Cool. Let's see if we can update our macros that create tmp dbs, to use postbuildscript to clean it up.

I guess keeping it in tmpfs is useful for now, we can just do an 'rm -rf' of the containing directory since its tied to workspace-id (jobname[@concurreny]), so no parallel conflicts.

RT 8582 for requesting more ram in those 2 machines

We can use a postbuilder publisher that execute a shell script to teardown the database. Should be done in jobs creating sqlite databases such as the ones having the macro prepare-mediawiki-qunit (being renamed to prepare-mediawiki).

That is surely annoying but not that critical imho.

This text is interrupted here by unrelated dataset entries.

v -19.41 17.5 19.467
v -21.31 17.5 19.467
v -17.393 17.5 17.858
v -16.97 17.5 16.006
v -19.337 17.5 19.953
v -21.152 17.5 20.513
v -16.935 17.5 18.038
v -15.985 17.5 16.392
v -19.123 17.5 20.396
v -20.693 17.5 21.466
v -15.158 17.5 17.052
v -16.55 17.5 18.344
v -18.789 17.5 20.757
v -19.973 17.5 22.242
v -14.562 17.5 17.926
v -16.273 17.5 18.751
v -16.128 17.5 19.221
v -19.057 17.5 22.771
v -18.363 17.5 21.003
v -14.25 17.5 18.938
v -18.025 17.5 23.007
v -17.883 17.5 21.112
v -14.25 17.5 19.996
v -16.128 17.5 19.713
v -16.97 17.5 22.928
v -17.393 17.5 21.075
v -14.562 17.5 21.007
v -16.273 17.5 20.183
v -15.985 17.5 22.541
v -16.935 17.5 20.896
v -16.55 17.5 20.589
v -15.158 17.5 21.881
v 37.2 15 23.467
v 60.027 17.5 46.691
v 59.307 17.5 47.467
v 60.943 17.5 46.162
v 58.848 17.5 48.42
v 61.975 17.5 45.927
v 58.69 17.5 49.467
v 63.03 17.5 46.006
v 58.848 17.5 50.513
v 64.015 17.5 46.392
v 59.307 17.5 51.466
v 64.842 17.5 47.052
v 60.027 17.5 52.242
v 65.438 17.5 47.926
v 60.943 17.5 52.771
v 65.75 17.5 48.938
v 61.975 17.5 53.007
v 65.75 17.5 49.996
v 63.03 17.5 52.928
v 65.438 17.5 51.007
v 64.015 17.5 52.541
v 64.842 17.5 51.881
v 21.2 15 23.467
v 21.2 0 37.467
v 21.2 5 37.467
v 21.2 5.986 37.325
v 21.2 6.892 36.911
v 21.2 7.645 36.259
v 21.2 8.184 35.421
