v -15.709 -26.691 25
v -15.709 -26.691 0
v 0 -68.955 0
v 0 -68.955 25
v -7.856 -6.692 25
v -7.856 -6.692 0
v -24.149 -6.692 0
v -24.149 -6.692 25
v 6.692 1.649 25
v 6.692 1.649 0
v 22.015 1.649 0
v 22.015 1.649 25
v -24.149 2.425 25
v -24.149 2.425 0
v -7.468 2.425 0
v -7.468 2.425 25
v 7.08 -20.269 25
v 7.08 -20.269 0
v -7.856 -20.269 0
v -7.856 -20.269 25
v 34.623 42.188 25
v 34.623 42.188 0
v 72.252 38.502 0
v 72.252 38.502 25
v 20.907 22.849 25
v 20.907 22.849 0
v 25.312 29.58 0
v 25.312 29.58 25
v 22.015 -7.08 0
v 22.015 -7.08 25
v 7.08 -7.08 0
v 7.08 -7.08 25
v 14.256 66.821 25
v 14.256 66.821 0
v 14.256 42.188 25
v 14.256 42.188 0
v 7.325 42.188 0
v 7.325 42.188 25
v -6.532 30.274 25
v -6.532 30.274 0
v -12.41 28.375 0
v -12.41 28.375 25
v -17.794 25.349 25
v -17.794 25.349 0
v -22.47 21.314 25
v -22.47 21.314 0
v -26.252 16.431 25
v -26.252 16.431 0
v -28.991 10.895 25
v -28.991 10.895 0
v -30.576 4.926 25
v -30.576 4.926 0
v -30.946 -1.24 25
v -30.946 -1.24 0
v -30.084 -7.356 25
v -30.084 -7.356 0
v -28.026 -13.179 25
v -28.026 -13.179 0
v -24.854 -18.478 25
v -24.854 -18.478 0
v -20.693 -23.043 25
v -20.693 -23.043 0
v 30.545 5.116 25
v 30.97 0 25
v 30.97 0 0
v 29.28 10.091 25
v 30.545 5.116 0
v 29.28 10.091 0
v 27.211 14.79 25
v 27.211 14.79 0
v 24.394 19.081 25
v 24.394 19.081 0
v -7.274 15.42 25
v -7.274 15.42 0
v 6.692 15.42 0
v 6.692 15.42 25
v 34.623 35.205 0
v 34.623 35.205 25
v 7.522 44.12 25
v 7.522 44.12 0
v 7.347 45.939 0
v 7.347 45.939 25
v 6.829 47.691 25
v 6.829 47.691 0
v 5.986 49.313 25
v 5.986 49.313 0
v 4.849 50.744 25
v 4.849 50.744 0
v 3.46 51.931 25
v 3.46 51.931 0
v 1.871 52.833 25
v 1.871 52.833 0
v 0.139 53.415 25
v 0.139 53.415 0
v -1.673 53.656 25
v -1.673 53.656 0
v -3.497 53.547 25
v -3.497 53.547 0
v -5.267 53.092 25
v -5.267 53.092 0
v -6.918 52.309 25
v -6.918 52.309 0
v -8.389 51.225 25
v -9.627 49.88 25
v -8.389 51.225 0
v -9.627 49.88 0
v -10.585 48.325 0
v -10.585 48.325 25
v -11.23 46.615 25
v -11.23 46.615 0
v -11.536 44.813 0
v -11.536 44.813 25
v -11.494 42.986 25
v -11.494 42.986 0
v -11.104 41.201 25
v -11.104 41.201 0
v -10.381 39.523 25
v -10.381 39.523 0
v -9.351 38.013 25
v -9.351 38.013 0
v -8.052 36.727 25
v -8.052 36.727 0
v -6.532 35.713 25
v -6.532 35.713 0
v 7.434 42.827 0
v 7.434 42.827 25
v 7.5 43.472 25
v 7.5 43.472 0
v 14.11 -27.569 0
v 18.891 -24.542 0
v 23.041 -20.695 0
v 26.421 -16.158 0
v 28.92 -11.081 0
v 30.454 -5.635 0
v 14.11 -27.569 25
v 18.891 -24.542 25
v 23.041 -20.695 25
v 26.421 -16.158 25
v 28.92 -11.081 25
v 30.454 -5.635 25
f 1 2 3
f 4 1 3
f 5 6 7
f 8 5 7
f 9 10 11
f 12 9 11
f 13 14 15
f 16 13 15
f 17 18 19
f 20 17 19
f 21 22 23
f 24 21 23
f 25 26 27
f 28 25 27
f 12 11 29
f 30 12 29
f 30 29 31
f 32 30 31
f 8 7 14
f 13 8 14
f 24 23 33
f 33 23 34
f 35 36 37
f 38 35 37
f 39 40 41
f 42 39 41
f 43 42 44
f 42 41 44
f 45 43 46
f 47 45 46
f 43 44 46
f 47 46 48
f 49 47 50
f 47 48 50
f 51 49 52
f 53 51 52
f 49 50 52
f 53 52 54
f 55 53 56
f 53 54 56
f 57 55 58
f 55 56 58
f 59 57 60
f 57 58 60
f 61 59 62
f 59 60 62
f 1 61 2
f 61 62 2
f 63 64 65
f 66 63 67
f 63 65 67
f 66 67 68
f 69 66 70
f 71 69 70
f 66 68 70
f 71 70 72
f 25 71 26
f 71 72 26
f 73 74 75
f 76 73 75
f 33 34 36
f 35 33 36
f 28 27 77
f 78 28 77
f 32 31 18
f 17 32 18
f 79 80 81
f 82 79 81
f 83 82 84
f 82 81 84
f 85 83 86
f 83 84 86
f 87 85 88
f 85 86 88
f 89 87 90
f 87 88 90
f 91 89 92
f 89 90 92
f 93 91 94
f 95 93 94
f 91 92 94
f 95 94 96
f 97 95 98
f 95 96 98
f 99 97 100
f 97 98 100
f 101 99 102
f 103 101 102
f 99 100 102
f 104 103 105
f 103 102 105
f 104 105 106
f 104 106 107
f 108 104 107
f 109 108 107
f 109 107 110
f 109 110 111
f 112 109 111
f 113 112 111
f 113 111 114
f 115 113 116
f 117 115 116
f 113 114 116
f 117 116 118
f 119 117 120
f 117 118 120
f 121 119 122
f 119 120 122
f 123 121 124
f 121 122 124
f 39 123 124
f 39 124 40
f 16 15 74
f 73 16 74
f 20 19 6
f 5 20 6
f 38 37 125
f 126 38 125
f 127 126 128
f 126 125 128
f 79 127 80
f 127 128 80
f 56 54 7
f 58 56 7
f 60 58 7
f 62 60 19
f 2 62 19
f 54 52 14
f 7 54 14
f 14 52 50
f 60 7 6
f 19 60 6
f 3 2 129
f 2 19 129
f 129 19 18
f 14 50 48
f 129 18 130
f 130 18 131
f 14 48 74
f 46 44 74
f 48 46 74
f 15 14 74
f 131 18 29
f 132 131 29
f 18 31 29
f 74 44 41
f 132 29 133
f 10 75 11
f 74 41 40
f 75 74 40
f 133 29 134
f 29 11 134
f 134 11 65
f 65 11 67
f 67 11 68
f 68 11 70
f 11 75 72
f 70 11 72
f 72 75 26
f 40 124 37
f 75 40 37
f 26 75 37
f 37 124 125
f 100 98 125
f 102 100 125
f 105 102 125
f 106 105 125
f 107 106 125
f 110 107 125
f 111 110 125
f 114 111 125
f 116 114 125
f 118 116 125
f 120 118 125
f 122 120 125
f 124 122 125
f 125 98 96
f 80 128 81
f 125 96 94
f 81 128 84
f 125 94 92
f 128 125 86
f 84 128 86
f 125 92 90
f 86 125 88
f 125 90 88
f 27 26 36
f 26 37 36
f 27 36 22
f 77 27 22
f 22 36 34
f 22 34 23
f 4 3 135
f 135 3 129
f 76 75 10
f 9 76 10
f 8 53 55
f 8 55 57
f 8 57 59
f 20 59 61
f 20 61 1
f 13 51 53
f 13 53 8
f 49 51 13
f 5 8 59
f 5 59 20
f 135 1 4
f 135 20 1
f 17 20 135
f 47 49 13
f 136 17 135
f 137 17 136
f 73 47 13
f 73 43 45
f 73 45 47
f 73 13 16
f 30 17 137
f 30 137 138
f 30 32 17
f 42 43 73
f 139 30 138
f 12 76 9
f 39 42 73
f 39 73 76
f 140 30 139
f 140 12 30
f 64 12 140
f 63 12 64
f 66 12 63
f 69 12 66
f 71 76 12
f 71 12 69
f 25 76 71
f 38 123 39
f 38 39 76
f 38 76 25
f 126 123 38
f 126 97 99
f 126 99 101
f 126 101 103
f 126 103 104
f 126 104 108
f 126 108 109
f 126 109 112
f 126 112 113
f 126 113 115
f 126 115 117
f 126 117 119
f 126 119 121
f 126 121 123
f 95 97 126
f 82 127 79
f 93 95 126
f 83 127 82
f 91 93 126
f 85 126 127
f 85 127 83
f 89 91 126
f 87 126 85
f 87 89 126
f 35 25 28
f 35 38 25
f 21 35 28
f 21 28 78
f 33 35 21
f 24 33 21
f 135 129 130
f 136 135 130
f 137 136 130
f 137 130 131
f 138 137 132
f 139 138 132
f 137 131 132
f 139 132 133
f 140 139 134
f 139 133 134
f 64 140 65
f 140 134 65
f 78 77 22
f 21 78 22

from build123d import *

# Parameters (mm, degrees)
F1_DEPTH = 25


with BuildPart() as f1:
    # F0 (on Top) → F1 (new body)
    with BuildSketch(Plane.XY):
        with BuildLine():
            ThreePointArc((20.906867, 22.848913), (13.575228, 27.836723), (5.130714, 30.542523))
            ThreePointArc((5.130714, 30.542523), (-0.713577, 30.962247), (-6.532326, 30.273729))
            ThreePointArc((-6.532326, 30.273729), (-30.576246, 4.925761), (-15.709158, -26.690678))
            ThreePointArc((-15.709158, -26.690678), (-0.912134, -30.957034), (14.110414, -27.569297))
            ThreePointArc((14.110414, -27.569297), (26.421356, -16.158029), (30.970469, 0))
            ThreePointArc((30.970469, 0), (28.343125, 12.483478), (20.906867, 22.848913))
        make_face()
        Polygon((-7.467673, 2.424569), (-7.273707, 15.420259), (6.69181, 15.420259), (6.69181, 1.648707), (22.015087, 1.648707), (22.015087, -7.079741), (7.079741, -7.079741), (7.079741, -20.269398), (-7.855604, -20.269398), (-7.855604, -6.691811), (-24.148708, -6.691811), (-24.148708, 2.424569), align=None, mode=Mode.SUBTRACT)
        with BuildLine():
            ThreePointArc((-6.532326, 35.712912), (-0.337296, 34.727729), (5.130714, 37.801791))
            ThreePointArc((5.130714, 37.801791), (6.5142, 39.851303), (7.324579, 42.187501))
            ThreePointArc((7.324579, 42.187501), (7.472775, 43.148763), (7.522346, 44.120117))
            ThreePointArc((7.522346, 44.120117), (-6.917762, 52.308751), (-6.532326, 35.712912))
        make_face()
        with BuildLine():
            ThreePointArc((-6.532326, 30.273729), (-0.713577, 30.962247), (5.130714, 30.542523))
            Line((5.130714, 30.542523), (5.130714, 37.801791))
            ThreePointArc((5.130714, 37.801791), (-0.337296, 34.727729), (-6.532326, 35.712912))
            Line((-6.532326, 35.712912), (-6.532326, 30.273729))
        make_face()
        with BuildLine():
            ThreePointArc((14.110414, -27.569297), (-0.912134, -30.957034), (-15.709158, -26.690678))
            Line((-15.709158, -26.690678), (0, -68.954743))
            Line((0, -68.954743), (14.110414, -27.569297))
        make_face()
        with BuildLine():
            Line((5.130714, 37.801791), (5.130714, 30.542523))
            ThreePointArc((5.130714, 30.542523), (13.575228, 27.836723), (20.906867, 22.848913))
            Line((20.906867, 22.848913), (25.3125, 29.579744))
            Line((25.3125, 29.579744), (34.622848, 35.204742))
            Line((34.622848, 35.204742), (34.622848, 42.187501))
            Line((34.622848, 42.187501), (72.252154, 38.502157))
            Line((72.252154, 38.502157), (14.256467, 66.821128))
            Line((14.256467, 66.821128), (14.256467, 42.187501))
            Line((14.256467, 42.187501), (7.324579, 42.187501))
            ThreePointArc((7.324579, 42.187501), (6.5142, 39.851303), (5.130714, 37.801791))
        make_face()
    extrude(amount=F1_DEPTH)


solid = f1.part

Now that I have completed the Zuul cloner sprint, I will adjust the Jenkins jobs to delete the sqlite file on completion (suggested on Comment #1).

gerritadmin wrote:

Change 167948 had a related patch set uploaded by Hashar:
mw-install-sqlite: clear sqlite DB after 20 mins

https://gerrit.wikimedia.org/r/167948

gerritadmin wrote:

Change 167948 merged by jenkins-bot:
mw-install-sqlite: clear sqlite DB after 20 mins

https://gerrit.wikimedia.org/r/167948

(In reply to Gerrit Notification Bot from comment #8)

Change 167948 merged by jenkins-bot:
mw-install-sqlite: clear sqlite DB after 20 mins

https://gerrit.wikimedia.org/r/167948

Deployed. But that is lame workaround.

gerritadmin wrote:

Change 168558 had a related patch set uploaded by Hashar:
Refactor mw sqlite related env variables

https://gerrit.wikimedia.org/r/168558

gerritadmin wrote:

Change 168558 merged by jenkins-bot:
Refactor mw sqlite related env variables

https://gerrit.wikimedia.org/r/168558

gerritadmin wrote:

Change 168562 had a related patch set uploaded by Hashar:
mw-teardown.sh: to be run after mw jobs

https://gerrit.wikimedia.org/r/168562

gerritadmin wrote:

Change 168562 merged by jenkins-bot:
mw-teardown.sh: to be run after mw jobs

https://gerrit.wikimedia.org/r/168562

gerritadmin wrote:

Change 168566 had a related patch set uploaded by Hashar:
Mediawiki teardown publisher

https://gerrit.wikimedia.org/r/168566

gerritadmin wrote:

Change 168566 merged by jenkins-bot:
Mediawiki teardown publisher

https://gerrit.wikimedia.org/r/168566

The patch above cause jobs to delete the sqlite file on completion. That should keep tmpfs usage at a minimum level now.

Leaving the bug open for a while though.

Lets just assume this is fixed for now. Additionally I have manually cleared the tmpfs partitions on both gallium and lanthanum.

If that occurs again one can still reopen the bug.